La filière anacarde et le trafic de bois de vène sénégalais, font l’objet d’un pillage en règle qui bénéficie de complicités étatiques. Révélations !

La contrebande de l’anacarde soulève de nombreuses inquiétudes.  Selon les estimations du député Mamadou Lamine Diallo, dans la filière anacarde en Casamance, s’activent quelque 22500 ménages qui  produisent 18 000 tonnes et gagnent 600 000 francs par an et par ménage. A cette production, s’ajoutent 45 000 tonnes provenant de Guinée-Bissau. 30 000 tonnes sont exportées par le port de la Gambie. Hors transport, cette filière génère des marges de l’ordre de 20 milliards par an. Malgré l’imbrication des trois pays, Guinée-Bissau, Sénégal et Gambie, le président du Mouvement Tekki se demande pourquoi l’exportation ne se fait pas par le port de Ziguinchor ! Pourquoi la transformation industrielle de l’anacarde ne se fait pas en Casamance, s’interroge-t-il.

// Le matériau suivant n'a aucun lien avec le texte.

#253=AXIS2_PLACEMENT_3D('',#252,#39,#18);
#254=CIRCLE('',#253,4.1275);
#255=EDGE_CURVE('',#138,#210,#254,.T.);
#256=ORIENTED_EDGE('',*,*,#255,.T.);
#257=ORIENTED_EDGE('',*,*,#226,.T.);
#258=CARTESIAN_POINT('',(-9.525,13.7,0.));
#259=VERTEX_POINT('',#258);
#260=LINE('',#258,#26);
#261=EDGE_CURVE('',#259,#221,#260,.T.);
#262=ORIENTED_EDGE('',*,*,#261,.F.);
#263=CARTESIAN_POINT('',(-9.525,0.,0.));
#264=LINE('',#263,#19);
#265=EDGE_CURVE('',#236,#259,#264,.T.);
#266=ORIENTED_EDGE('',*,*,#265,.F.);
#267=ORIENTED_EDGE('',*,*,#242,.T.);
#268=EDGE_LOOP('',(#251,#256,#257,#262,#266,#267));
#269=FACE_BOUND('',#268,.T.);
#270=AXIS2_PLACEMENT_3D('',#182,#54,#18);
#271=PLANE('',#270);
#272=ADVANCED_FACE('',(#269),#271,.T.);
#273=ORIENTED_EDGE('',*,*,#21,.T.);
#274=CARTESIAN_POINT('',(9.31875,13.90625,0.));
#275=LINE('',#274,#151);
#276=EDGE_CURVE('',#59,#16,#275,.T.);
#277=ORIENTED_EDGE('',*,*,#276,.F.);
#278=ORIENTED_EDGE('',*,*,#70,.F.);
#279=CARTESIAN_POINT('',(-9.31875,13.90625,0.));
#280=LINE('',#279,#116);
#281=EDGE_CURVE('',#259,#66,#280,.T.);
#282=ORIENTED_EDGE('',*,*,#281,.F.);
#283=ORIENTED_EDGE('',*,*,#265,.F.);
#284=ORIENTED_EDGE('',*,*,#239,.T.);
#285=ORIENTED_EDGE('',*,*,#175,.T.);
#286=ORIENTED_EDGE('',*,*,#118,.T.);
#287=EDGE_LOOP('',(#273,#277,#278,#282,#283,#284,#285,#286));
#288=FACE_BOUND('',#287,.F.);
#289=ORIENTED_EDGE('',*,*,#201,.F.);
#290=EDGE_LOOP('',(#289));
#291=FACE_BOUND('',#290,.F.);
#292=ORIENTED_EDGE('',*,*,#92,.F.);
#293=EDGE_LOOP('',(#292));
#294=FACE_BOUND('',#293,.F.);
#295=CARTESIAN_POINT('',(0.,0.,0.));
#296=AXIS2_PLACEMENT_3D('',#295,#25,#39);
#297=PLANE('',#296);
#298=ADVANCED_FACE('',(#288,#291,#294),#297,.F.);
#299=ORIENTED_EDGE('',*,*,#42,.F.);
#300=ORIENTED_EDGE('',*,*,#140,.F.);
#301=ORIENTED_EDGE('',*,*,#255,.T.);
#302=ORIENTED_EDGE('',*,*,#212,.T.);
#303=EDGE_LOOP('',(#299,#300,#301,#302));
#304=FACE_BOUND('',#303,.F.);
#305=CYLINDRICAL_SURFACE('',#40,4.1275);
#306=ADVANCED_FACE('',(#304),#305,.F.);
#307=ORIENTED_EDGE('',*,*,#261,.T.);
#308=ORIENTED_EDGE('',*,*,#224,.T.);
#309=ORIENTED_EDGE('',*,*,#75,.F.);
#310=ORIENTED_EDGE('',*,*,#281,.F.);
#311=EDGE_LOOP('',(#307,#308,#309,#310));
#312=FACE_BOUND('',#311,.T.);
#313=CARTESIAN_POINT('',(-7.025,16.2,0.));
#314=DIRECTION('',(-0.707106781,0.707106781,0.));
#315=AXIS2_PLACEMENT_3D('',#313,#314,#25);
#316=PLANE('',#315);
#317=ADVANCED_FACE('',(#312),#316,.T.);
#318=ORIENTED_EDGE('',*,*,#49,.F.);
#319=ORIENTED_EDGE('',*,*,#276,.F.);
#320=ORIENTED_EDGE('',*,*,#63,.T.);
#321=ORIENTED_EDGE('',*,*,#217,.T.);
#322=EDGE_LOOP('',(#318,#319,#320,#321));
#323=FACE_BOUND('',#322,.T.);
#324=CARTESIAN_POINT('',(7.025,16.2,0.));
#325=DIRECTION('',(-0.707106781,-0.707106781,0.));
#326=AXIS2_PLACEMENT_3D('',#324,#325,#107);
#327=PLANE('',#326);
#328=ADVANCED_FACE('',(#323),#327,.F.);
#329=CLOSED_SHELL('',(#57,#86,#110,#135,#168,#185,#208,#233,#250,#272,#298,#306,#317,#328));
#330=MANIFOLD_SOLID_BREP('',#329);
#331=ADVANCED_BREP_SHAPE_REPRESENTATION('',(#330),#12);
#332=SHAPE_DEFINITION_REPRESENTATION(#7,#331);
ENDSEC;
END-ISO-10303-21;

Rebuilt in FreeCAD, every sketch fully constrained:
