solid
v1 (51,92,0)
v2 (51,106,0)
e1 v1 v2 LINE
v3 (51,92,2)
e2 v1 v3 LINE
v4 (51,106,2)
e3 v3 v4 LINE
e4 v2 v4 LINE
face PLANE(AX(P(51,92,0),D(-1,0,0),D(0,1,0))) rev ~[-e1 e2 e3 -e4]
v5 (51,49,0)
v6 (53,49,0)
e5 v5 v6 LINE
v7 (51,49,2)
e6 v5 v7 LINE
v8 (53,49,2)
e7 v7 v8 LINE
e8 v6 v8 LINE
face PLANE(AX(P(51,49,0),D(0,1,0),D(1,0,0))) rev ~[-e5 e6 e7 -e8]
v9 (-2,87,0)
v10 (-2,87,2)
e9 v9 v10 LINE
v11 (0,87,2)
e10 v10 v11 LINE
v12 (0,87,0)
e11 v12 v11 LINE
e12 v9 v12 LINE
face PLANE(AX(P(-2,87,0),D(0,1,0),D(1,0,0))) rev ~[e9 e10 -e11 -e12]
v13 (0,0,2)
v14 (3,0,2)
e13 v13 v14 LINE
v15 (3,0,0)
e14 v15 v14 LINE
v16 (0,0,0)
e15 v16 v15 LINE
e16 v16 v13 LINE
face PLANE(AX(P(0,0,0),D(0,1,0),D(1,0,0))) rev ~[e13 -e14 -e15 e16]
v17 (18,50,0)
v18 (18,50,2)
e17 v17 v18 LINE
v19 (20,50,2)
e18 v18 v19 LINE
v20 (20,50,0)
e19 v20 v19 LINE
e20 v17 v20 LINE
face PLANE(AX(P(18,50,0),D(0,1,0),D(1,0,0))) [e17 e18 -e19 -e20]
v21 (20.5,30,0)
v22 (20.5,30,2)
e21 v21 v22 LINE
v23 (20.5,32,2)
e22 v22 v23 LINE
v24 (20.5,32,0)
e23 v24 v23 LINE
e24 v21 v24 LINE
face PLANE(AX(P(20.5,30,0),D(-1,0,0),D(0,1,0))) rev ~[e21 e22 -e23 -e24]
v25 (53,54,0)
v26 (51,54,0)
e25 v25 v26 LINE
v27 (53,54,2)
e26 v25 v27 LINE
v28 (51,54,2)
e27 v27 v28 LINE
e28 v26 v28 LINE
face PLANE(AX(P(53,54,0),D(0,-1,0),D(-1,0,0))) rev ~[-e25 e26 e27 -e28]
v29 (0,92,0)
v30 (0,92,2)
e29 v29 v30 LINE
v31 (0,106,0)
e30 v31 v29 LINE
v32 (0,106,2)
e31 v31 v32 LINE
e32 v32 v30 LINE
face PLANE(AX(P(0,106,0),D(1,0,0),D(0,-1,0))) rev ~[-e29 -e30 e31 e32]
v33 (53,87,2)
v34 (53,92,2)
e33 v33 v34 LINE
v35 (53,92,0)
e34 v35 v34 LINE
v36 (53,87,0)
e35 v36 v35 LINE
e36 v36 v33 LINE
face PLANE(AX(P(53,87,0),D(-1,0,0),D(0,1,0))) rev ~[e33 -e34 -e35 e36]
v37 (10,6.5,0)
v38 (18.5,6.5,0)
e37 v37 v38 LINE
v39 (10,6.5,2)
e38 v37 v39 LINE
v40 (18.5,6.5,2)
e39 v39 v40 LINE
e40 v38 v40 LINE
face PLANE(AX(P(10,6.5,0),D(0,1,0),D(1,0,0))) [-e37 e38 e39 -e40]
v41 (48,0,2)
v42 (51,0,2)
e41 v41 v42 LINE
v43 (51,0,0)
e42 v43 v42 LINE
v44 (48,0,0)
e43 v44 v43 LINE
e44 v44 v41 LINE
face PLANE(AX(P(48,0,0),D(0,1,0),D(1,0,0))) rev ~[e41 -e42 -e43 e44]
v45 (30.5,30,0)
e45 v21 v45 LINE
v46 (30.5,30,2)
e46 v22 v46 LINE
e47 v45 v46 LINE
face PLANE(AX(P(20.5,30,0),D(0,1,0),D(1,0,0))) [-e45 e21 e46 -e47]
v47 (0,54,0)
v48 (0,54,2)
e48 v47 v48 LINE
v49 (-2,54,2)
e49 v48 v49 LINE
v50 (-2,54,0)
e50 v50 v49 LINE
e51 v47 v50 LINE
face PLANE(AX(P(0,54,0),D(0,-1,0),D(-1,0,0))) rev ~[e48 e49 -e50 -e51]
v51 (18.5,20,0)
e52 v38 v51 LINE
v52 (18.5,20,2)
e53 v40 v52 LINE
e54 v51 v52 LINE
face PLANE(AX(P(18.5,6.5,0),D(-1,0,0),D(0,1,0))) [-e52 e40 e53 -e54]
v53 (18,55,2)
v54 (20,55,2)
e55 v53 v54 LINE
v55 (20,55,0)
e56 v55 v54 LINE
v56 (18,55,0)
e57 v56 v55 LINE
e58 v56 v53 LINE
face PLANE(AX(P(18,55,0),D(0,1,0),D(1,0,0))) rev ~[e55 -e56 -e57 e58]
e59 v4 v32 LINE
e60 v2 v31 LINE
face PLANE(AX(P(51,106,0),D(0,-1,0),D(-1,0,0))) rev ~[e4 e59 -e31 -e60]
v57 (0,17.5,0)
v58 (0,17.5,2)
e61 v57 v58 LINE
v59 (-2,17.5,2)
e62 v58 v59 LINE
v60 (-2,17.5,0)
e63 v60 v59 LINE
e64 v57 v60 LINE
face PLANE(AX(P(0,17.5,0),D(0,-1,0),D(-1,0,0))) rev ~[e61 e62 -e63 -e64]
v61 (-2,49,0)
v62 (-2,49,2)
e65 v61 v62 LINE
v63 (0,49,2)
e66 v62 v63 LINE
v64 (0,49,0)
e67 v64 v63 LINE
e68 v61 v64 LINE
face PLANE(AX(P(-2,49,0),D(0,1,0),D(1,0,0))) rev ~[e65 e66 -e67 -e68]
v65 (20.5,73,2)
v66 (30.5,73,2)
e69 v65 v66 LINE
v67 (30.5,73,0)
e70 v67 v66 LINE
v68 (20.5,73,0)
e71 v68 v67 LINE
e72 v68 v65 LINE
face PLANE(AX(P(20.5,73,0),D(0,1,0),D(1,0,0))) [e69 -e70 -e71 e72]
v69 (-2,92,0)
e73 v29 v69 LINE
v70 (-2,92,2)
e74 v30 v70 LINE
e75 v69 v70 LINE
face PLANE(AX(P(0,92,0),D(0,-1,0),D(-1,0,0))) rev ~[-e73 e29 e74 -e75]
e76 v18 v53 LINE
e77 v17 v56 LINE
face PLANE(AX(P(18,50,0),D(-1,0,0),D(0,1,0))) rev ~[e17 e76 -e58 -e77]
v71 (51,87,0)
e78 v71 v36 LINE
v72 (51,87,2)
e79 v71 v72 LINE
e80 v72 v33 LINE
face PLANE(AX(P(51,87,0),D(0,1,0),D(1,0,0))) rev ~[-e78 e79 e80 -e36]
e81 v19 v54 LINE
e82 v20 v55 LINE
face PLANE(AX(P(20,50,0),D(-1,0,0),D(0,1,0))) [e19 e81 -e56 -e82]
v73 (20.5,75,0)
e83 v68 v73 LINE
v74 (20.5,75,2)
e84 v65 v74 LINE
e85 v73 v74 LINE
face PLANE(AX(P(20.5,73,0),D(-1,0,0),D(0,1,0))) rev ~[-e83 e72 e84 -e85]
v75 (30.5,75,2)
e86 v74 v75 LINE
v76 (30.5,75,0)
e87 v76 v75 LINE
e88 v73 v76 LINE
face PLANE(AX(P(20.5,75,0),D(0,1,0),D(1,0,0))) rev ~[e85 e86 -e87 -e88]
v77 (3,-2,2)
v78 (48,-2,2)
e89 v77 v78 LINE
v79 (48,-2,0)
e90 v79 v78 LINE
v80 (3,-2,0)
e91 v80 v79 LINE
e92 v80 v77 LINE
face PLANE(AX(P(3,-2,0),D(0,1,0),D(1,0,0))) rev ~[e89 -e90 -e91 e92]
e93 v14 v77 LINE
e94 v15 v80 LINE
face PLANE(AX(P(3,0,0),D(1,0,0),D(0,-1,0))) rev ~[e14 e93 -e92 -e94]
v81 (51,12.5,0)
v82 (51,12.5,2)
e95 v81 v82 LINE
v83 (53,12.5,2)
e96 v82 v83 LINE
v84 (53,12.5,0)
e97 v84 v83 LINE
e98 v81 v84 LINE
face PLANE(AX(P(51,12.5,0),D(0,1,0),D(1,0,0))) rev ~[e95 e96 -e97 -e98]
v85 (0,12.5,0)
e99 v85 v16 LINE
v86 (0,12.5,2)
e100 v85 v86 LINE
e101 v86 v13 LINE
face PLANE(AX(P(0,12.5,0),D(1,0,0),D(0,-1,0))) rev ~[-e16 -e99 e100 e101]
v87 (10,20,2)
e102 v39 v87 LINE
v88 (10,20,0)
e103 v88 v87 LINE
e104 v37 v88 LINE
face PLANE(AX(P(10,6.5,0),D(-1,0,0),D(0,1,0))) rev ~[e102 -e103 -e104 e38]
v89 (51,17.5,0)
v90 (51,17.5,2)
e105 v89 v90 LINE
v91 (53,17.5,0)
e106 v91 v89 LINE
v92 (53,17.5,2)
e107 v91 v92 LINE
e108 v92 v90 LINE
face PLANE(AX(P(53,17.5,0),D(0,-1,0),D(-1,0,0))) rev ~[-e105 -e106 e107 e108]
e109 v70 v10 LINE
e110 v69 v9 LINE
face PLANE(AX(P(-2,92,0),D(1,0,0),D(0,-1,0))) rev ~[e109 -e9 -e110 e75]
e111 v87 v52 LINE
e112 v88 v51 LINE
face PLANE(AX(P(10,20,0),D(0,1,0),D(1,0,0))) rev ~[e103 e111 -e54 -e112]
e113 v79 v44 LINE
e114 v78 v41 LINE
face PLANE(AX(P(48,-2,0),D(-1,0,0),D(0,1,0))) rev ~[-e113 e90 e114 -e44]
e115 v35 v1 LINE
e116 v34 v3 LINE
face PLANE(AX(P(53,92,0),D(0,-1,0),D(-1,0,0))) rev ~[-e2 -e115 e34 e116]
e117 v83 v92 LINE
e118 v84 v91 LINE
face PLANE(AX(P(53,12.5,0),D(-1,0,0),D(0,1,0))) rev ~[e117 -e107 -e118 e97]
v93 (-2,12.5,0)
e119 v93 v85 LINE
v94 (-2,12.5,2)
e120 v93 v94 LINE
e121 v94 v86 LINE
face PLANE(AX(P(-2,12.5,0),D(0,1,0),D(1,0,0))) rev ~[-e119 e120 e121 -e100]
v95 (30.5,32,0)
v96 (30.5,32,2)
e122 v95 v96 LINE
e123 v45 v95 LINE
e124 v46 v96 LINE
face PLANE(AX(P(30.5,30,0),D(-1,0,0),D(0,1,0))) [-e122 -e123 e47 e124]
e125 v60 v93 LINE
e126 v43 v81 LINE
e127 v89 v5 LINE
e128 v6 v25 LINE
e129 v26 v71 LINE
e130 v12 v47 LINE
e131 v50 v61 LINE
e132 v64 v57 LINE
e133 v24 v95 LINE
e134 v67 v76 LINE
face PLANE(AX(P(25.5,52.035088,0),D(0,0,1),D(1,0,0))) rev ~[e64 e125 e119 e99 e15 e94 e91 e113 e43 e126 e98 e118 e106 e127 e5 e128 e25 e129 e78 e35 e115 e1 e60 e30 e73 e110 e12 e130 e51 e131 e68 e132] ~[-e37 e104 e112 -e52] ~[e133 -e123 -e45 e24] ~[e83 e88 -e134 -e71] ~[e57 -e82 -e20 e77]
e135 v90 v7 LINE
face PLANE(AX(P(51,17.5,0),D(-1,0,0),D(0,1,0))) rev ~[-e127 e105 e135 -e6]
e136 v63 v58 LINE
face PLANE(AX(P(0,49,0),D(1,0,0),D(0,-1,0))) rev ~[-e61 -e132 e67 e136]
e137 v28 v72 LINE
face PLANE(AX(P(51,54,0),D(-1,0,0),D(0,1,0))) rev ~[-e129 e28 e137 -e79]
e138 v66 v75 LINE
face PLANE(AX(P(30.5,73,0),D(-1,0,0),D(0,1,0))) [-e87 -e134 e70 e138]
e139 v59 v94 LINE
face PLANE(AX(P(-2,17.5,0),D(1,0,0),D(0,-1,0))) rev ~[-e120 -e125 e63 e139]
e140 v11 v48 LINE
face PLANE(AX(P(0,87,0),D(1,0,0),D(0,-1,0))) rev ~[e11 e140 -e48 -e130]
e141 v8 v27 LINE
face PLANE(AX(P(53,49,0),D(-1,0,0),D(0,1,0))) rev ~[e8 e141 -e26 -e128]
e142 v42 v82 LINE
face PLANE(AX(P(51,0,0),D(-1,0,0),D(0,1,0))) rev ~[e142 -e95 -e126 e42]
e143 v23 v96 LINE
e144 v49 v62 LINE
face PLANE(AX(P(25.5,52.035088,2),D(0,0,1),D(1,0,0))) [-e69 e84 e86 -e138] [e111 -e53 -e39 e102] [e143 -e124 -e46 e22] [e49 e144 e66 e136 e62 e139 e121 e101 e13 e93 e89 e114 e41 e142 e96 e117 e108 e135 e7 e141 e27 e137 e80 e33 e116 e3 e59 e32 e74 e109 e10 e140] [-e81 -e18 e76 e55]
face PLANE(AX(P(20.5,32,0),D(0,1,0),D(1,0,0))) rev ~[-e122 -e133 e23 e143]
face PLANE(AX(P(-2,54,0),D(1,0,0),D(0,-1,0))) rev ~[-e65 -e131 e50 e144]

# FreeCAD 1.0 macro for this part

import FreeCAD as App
import Part
import Sketcher

V = App.Vector


def add_polygon(sketch, points):
    """Adds a closed chain of lines whose ends are joined by coincident constraints."""
    first, n = sketch.GeometryCount, len(points)
    for a, b in zip(points, points[1:] + points[:1]):
        sketch.addGeometry(Part.LineSegment(App.Vector(*a, 0), App.Vector(*b, 0)), False)
    for i in range(n):
        sketch.addConstraint(Sketcher.Constraint("Coincident", first + i, 2, first + (i + 1) % n, 1))

doc = App.newDocument("Part")
body = doc.addObject("PartDesign::Body", "Body")

sketch1 = doc.addObject("Sketcher::SketchObject", "Sketch")
body.addObject(sketch1)
sketch1.AttachmentSupport = (doc.XY_Plane, [""])
sketch1.MapMode = "FlatFace"
add_polygon(sketch1, [(0, 0), (3, 0), (3, -2), (48, -2), (48, 0), (51, 0), (51, 12.5), (53, 12.5), (53, 17.5), (51, 17.5), (51, 49), (53, 49), (53, 54), (51, 54), (51, 87), (53, 87), (53, 92), (51, 92), (51, 106), (0, 106), (0, 92), (-2, 92), (-2, 87), (0, 87), (0, 54), (-2, 54), (-2, 49), (0, 49), (0, 17.5), (-2, 17.5), (-2, 12.5), (0, 12.5)])
add_polygon(sketch1, [(18.5, 6.5), (10, 6.5), (10, 20), (18.5, 20)])
add_polygon(sketch1, [(30.5, 30), (20.5, 30), (20.5, 32), (30.5, 32)])
add_polygon(sketch1, [(20, 50), (18, 50), (18, 55), (20, 55)])
add_polygon(sketch1, [(30.5, 73), (20.5, 73), (20.5, 75), (30.5, 75)])
sketch1.addConstraint(Sketcher.Constraint("Horizontal", 0))
sketch1.addConstraint(Sketcher.Constraint("Vertical", 1))
sketch1.addConstraint(Sketcher.Constraint("Horizontal", 2))
sketch1.addConstraint(Sketcher.Constraint("Vertical", 3))
sketch1.addConstraint(Sketcher.Constraint("Horizontal", 4))
sketch1.addConstraint(Sketcher.Constraint("Vertical", 5))
sketch1.addConstraint(Sketcher.Constraint("Horizontal", 6))
sketch1.addConstraint(Sketcher.Constraint("Vertical", 7))
sketch1.addConstraint(Sketcher.Constraint("Horizontal", 8))
sketch1.addConstraint(Sketcher.Constraint("Vertical", 9))
sketch1.addConstraint(Sketcher.Constraint("Horizontal", 10))
sketch1.addConstraint(Sketcher.Constraint("Vertical", 11))
sketch1.addConstraint(Sketcher.Constraint("Horizontal", 12))
sketch1.addConstraint(Sketcher.Constraint("Vertical", 13))
sketch1.addConstraint(Sketcher.Constraint("Horizontal", 14))
sketch1.addConstraint(Sketcher.Constraint("Vertical", 15))
sketch1.addConstraint(Sketcher.Constraint("Horizontal", 16))
sketch1.addConstraint(Sketcher.Constraint("Vertical", 17))
sketch1.addConstraint(Sketcher.Constraint("Horizontal", 18))
sketch1.addConstraint(Sketcher.Constraint("Vertical", 19))
sketch1.addConstraint(Sketcher.Constraint("Horizontal", 20))
sketch1.addConstraint(Sketcher.Constraint("Vertical", 21))
sketch1.addConstraint(Sketcher.Constraint("Horizontal", 22))
sketch1.addConstraint(Sketcher.Constraint("Vertical", 23))
sketch1.addConstraint(Sketcher.Constraint("Horizontal", 24))
sketch1.addConstraint(Sketcher.Constraint("Vertical", 25))
sketch1.addConstraint(Sketcher.Constraint("Horizontal", 26))
sketch1.addConstraint(Sketcher.Constraint("Vertical", 27))
sketch1.addConstraint(Sketcher.Constraint("Horizontal", 28))
sketch1.addConstraint(Sketcher.Constraint("Vertical", 29))
sketch1.addConstraint(Sketcher.Constraint("Horizontal", 30))
sketch1.addConstraint(Sketcher.Constraint("Vertical", 31))
sketch1.addConstraint(Sketcher.Constraint("Horizontal", 32))
sketch1.addConstraint(Sketcher.Constraint("Vertical", 33))
sketch1.addConstraint(Sketcher.Constraint("Horizontal", 34))
sketch1.addConstraint(Sketcher.Constraint("Vertical", 35))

Trafic de vène : les acteurs en Gambie et au Sénégal se partagent 30 milliards par an

S’agissant du trafic de bois de vène des forêts du Nord de la Casamance ‘’difficile à évaluer par nature’’, ses recoupements lui font dire qu’il apporte près de 30 milliards par an que se partagent les acteurs en Gambie et au Sénégal. Il a fallu la pression des environnementalistes pour que les pays occidentaux qui avaient installé Yahya Jammeh à la tête de la Gambie, acceptent qu’il parte en 2017. Ce dernier avait prétendu interdire les exportations à partir de la Gambie en 2016, a révélé Mamadou Lamine Diallo. Qui précise que ce pillage de la forêt de  Casamance est la vraie question politique. Le ministre Haidar a été chassé du gouvernement de Macky Sall à cause de cela, rappelle-t-il, avant de se demander si le tek de la forêt du Sud ne va pas remplacer le vène des forêts du Nord largement décimées. A son avis, la transformation structurelle de l’économie en Casamance, adossée au bon voisinage, est une condition d’une paix durable. A l’en croire, le conflit en Casamance résulte d’une mauvaise gestion des ressources naturelles, la terre et le bois. Rien que cette partie du Sud du pays est dans le trou noir de l’Association des Prédateurs de la République pour 50 milliards par an, a-t-il souligné. C’est pourquoi il demande à l’Assemblée nationale de se doter d’une commission permanente chargée des ressources naturelles ou minérales.